In 2016 Attkisson heard former President Barack Obama say news needed to be curated, after which mainstream media outlets started to consistently use the term fake news to describe mostly conservative news stories that they deemed untrue.

“And I remember thinking that was such a strange thing to say, because there was no big movement among the public that people needed to have their information curated, that someone needed to step in and tell us what to think, curate what was online,” Attkisson said. “But after that, if you look at the media, day after day, there were headlines about fake news and curation of what should and shouldn’t be reported.”
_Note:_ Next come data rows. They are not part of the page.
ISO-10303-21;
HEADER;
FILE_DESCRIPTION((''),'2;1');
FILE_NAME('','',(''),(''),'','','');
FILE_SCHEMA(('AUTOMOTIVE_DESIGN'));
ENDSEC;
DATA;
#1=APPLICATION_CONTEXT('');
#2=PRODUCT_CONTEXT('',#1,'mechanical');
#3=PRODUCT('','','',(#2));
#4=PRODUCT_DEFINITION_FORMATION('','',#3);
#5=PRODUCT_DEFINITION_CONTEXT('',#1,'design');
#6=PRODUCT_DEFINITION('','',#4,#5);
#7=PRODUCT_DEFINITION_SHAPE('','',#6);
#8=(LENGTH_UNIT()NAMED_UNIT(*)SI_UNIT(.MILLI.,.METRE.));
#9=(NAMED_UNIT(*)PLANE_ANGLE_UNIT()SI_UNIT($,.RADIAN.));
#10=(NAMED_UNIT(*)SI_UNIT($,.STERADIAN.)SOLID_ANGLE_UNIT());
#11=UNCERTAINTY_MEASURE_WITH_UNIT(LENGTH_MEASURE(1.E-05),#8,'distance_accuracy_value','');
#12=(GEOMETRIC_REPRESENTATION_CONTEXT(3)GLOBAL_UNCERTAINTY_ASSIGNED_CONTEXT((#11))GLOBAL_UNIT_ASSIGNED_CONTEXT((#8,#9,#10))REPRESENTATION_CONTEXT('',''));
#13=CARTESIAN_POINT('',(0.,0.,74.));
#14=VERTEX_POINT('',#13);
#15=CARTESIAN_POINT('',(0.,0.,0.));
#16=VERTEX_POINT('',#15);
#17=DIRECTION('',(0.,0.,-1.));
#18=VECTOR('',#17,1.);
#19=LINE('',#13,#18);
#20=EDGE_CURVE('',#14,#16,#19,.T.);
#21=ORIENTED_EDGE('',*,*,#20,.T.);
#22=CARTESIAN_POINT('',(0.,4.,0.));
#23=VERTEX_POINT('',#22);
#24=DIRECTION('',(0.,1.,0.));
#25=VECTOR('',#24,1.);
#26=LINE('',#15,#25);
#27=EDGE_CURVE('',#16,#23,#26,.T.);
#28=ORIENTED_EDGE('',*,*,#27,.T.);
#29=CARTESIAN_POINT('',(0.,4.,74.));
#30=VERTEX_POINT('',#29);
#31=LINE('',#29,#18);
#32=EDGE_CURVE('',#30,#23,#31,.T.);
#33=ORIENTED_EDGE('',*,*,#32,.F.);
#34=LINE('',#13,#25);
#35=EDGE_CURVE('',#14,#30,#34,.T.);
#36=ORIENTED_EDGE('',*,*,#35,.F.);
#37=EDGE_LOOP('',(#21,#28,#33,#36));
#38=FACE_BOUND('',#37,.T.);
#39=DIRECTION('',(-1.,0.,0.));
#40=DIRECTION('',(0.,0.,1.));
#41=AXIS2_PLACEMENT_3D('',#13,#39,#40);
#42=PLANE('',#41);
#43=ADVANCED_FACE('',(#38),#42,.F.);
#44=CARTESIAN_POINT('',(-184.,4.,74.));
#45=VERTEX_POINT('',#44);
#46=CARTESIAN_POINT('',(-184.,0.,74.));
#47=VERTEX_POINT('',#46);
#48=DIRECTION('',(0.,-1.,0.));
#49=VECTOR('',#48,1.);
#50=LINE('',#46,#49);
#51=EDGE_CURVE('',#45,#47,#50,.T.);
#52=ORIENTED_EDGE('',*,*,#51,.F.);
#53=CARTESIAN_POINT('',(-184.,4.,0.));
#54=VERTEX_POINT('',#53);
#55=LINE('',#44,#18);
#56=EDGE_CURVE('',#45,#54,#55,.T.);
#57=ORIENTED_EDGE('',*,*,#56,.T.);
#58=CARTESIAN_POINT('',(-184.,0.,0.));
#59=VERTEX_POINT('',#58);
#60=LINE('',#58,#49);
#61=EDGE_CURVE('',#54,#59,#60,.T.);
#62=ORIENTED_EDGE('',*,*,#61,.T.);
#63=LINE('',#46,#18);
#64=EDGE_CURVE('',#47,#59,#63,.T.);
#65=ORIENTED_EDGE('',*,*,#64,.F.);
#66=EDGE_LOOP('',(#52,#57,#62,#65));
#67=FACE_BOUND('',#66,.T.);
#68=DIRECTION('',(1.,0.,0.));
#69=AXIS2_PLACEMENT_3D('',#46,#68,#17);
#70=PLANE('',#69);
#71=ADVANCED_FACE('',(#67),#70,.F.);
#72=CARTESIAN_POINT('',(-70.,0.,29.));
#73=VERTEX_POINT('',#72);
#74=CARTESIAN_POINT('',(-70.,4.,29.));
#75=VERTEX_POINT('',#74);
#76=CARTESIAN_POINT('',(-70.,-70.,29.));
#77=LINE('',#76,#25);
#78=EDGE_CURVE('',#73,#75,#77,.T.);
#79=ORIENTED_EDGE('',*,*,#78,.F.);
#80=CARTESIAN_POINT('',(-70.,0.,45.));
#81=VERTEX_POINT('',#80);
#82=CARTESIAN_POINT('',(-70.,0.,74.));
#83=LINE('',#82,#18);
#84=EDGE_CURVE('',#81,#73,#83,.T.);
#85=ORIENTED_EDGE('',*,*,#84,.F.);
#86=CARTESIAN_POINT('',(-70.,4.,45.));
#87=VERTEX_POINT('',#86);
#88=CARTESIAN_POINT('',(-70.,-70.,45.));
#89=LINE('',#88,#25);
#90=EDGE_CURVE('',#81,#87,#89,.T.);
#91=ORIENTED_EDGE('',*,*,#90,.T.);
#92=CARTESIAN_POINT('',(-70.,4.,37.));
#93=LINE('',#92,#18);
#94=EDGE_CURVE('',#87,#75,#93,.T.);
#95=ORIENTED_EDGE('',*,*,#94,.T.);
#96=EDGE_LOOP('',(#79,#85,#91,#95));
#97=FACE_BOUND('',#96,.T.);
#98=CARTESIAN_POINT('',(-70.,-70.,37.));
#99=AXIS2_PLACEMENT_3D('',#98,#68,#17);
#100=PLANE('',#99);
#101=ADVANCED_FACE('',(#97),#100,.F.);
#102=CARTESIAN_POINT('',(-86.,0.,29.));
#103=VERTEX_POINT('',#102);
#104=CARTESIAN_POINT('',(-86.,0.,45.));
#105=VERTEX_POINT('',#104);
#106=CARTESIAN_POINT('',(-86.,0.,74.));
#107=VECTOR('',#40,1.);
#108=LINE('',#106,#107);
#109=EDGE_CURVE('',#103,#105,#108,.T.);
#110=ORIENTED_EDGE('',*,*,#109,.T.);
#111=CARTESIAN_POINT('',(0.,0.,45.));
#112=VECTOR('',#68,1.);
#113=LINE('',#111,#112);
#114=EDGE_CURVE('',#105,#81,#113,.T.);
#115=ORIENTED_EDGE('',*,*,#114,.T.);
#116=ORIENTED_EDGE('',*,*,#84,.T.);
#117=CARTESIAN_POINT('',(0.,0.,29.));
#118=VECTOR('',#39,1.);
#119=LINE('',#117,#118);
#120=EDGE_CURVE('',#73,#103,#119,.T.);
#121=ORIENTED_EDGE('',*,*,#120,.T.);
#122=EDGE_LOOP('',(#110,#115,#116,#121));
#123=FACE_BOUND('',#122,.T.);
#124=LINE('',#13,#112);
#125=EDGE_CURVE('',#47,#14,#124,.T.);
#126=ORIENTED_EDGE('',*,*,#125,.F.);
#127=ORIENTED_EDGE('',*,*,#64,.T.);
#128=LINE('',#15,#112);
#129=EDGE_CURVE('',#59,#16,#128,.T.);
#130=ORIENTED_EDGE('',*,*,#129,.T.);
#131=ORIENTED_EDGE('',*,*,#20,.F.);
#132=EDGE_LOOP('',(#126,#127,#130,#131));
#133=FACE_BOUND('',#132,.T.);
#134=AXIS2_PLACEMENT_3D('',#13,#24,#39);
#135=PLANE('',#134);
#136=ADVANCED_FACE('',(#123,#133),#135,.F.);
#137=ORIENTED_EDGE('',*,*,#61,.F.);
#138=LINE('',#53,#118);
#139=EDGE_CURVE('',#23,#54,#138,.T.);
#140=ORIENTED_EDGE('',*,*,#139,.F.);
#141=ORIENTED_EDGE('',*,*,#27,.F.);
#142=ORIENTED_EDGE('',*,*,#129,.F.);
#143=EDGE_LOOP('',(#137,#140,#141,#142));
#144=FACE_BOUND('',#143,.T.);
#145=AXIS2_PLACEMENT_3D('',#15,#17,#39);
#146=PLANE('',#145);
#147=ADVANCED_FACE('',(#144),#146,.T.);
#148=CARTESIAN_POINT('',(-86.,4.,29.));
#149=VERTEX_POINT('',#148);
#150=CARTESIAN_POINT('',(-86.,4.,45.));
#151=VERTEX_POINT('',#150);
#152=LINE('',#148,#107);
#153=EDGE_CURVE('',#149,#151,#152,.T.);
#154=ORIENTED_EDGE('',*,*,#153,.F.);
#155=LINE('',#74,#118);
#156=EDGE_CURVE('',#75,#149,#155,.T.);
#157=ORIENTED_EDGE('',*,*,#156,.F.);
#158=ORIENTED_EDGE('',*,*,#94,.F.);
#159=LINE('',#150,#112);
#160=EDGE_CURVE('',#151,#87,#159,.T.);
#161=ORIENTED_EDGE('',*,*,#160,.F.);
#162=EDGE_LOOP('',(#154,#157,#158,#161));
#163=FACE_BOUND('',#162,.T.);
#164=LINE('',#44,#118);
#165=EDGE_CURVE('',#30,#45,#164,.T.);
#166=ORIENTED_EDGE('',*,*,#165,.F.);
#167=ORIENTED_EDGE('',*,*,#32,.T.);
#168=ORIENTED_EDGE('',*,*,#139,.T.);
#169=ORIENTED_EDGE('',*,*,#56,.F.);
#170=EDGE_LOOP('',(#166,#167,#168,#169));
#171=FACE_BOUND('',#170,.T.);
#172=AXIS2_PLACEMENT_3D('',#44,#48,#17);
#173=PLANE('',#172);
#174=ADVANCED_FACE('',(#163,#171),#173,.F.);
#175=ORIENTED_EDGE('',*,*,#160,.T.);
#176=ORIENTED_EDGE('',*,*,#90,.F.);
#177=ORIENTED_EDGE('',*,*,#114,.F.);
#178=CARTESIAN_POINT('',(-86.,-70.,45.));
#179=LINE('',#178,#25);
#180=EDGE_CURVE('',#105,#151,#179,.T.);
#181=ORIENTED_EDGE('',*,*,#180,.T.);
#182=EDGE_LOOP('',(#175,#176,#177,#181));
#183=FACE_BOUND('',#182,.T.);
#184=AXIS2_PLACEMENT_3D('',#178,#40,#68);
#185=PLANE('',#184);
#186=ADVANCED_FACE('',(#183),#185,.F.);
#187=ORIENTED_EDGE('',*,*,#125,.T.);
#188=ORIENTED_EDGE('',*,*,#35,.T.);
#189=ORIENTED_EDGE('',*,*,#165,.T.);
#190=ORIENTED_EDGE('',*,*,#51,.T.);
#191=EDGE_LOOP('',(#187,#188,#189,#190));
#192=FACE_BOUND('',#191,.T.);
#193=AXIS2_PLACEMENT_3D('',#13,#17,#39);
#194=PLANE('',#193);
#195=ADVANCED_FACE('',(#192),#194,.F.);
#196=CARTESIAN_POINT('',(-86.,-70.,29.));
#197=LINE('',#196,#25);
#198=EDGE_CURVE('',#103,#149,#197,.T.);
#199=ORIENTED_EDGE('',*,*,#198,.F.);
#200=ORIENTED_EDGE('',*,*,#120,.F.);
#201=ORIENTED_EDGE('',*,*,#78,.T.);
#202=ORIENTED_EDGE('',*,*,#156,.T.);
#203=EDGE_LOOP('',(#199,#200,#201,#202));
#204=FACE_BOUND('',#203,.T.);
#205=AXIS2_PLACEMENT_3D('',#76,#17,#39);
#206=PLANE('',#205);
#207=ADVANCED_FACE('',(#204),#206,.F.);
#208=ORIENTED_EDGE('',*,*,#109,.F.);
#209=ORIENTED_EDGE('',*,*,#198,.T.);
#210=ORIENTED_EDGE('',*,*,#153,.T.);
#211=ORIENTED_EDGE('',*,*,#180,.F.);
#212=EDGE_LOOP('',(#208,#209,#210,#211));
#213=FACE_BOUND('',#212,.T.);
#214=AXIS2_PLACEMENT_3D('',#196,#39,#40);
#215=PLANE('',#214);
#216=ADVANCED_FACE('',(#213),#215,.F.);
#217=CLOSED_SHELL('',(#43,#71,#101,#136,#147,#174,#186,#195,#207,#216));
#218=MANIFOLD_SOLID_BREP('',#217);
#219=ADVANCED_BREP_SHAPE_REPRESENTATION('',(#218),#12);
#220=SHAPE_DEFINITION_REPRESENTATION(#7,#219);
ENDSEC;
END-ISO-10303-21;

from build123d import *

# Parameters (mm, degrees)
SKETCH1_W           = 184
SKETCH1_H           = 4
BOSS_EXTRUDE1_DEPTH = 74
CUT_EXTRUDE1_DEPTH  = 74


with BuildPart() as part:
    # Sketch1 → Boss-Extrude1 (new body)
    with BuildSketch(Plane.XY):
        with Locations((-92, 2)):
            Rectangle(SKETCH1_W, SKETCH1_H)
    extrude(amount=BOSS_EXTRUDE1_DEPTH)

    # Sketch2 → Cut-Extrude1 (cut)
    with BuildSketch(Plane(origin=(0, 4, 0), x_dir=(1, 0, 0), z_dir=(0, 1, 0))):
        Polygon((-70, -37), (-70, -29), (-86, -29), (-86, -45), (-70, -45), align=None)
    extrude(amount=-CUT_EXTRUDE1_DEPTH, mode=Mode.SUBTRACT)


solid = part.part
Attkisson criticized large news outlets for being a “mouthpiece” of the government or other special interest groups instead of challenging them or holding them accountable, particularly as it relates to the pandemic. She said that soon after the pandemic began, she spoke to many scientists, government as well as private, about the virus and the course it was taking before she formed an opinion. She asked some of the scientists to speak out but they were afraid.

“They said they dare not speak out for fear of being controversial and for fear of being called coronavirus deniers, because that phrase was starting to be used in the media,” Attkisson said. “And secondly, they feared contradicting Dr. Fauci, who they said had been kind of lionized or canonized in the press for reasons that they couldn’t understand.”